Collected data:

##########

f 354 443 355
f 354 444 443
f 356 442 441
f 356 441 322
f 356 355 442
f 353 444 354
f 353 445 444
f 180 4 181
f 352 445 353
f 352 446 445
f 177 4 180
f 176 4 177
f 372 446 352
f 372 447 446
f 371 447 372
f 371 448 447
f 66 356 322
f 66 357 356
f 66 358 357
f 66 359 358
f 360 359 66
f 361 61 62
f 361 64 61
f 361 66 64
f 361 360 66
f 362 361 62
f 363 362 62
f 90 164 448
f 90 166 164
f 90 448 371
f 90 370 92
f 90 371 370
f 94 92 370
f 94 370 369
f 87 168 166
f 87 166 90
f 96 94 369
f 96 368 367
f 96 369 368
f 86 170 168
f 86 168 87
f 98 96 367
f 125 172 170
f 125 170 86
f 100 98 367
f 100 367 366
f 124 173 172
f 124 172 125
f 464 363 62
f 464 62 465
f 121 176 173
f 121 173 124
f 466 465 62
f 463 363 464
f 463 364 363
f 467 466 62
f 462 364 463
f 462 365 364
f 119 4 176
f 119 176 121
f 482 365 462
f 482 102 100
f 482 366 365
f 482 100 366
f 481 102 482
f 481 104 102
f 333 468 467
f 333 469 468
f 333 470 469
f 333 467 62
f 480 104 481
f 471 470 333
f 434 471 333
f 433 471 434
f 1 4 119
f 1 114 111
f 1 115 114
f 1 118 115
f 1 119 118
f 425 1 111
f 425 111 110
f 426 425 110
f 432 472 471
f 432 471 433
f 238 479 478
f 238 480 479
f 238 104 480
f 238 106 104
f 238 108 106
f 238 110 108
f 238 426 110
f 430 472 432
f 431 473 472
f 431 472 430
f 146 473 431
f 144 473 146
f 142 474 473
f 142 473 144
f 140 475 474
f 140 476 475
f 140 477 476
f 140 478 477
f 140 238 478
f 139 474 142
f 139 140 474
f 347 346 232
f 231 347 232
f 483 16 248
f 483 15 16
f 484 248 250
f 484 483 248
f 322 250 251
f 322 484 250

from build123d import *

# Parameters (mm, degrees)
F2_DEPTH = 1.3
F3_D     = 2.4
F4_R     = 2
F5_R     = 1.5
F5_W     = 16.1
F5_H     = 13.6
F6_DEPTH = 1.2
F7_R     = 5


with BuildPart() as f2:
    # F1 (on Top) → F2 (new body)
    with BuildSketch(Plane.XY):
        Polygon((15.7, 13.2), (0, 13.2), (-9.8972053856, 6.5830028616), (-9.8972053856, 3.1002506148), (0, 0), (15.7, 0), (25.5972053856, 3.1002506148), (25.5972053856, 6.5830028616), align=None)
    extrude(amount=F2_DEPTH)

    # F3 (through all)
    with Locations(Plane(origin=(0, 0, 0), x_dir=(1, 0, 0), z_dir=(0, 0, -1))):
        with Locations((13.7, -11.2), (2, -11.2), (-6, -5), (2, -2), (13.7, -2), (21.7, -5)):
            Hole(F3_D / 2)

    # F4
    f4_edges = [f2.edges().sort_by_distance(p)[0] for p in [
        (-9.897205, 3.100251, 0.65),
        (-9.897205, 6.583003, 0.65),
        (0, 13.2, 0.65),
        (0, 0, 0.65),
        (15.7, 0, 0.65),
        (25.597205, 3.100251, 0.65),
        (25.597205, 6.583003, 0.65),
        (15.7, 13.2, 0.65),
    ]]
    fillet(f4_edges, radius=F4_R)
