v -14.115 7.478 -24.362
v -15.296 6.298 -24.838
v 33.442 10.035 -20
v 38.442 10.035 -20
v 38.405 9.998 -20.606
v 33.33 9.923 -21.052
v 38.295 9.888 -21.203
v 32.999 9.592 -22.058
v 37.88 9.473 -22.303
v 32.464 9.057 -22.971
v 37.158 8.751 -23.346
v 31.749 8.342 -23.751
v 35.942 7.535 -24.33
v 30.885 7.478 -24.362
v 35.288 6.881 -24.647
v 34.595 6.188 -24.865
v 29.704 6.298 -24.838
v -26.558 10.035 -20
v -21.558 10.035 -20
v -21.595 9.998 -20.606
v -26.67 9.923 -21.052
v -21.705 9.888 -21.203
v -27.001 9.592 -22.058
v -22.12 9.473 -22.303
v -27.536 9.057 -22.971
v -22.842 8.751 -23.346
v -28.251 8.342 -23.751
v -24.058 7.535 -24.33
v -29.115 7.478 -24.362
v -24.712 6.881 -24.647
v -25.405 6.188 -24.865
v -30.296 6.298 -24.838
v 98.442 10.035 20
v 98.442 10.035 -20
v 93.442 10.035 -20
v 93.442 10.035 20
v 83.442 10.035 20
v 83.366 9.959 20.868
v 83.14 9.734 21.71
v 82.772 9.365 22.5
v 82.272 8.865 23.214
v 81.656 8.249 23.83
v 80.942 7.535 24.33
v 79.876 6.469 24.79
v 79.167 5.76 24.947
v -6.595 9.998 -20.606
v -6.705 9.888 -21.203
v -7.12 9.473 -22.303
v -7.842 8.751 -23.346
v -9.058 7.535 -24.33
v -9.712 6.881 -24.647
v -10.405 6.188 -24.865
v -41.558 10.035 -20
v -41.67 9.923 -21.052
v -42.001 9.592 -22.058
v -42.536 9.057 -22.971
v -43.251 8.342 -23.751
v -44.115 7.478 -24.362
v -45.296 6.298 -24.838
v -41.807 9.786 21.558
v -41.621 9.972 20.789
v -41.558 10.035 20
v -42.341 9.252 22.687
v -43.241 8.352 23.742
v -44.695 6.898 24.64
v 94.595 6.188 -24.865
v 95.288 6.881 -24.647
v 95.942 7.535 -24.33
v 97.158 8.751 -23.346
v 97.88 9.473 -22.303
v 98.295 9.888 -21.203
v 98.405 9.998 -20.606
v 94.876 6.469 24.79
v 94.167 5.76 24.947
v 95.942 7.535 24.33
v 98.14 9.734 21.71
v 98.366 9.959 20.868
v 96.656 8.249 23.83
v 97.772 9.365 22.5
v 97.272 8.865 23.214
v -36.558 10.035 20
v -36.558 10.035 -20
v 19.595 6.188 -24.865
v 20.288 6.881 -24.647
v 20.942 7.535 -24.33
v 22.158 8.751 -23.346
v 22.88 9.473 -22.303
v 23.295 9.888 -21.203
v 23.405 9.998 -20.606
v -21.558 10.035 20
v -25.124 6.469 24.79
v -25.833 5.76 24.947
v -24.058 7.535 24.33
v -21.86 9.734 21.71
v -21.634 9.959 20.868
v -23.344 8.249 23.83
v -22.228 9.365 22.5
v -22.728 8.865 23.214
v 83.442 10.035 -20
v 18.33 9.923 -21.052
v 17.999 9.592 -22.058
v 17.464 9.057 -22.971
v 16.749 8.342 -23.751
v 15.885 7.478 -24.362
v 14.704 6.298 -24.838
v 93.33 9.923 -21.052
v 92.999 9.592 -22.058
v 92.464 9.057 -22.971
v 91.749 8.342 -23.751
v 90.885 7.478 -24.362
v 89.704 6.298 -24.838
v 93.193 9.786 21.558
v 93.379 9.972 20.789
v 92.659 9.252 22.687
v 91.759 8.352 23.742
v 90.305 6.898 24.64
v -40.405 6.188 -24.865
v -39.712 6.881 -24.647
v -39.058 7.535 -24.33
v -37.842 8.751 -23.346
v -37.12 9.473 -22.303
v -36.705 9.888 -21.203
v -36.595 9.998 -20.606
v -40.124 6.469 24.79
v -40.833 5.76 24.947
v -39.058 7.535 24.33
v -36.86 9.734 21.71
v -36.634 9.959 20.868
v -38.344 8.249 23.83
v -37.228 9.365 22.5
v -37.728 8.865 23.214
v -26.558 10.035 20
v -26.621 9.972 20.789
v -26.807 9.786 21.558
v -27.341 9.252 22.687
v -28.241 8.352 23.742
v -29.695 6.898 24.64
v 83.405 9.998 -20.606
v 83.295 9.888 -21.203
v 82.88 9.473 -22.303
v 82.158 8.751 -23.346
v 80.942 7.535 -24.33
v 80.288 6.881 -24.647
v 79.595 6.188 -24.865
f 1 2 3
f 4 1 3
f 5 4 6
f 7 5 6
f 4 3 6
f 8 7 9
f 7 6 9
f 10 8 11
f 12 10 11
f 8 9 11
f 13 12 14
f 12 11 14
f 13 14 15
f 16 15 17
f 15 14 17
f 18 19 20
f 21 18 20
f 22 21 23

##########

Working from the data above, extract solely the lines from the one containing "v 14.704 6.298 -24.838" through the one containing "v -36.705 9.888 -21.203", exactly as they appear, both included.

## [Written answer]
v 14.704 6.298 -24.838
v 93.33 9.923 -21.052
v 92.999 9.592 -22.058
v 92.464 9.057 -22.971
v 91.749 8.342 -23.751
v 90.885 7.478 -24.362
v 89.704 6.298 -24.838
v 93.193 9.786 21.558
v 93.379 9.972 20.789
v 92.659 9.252 22.687
v 91.759 8.352 23.742
v 90.305 6.898 24.64
v -40.405 6.188 -24.865
v -39.712 6.881 -24.647
v -39.058 7.535 -24.33
v -37.842 8.751 -23.346
v -37.12 9.473 -22.303
v -36.705 9.888 -21.203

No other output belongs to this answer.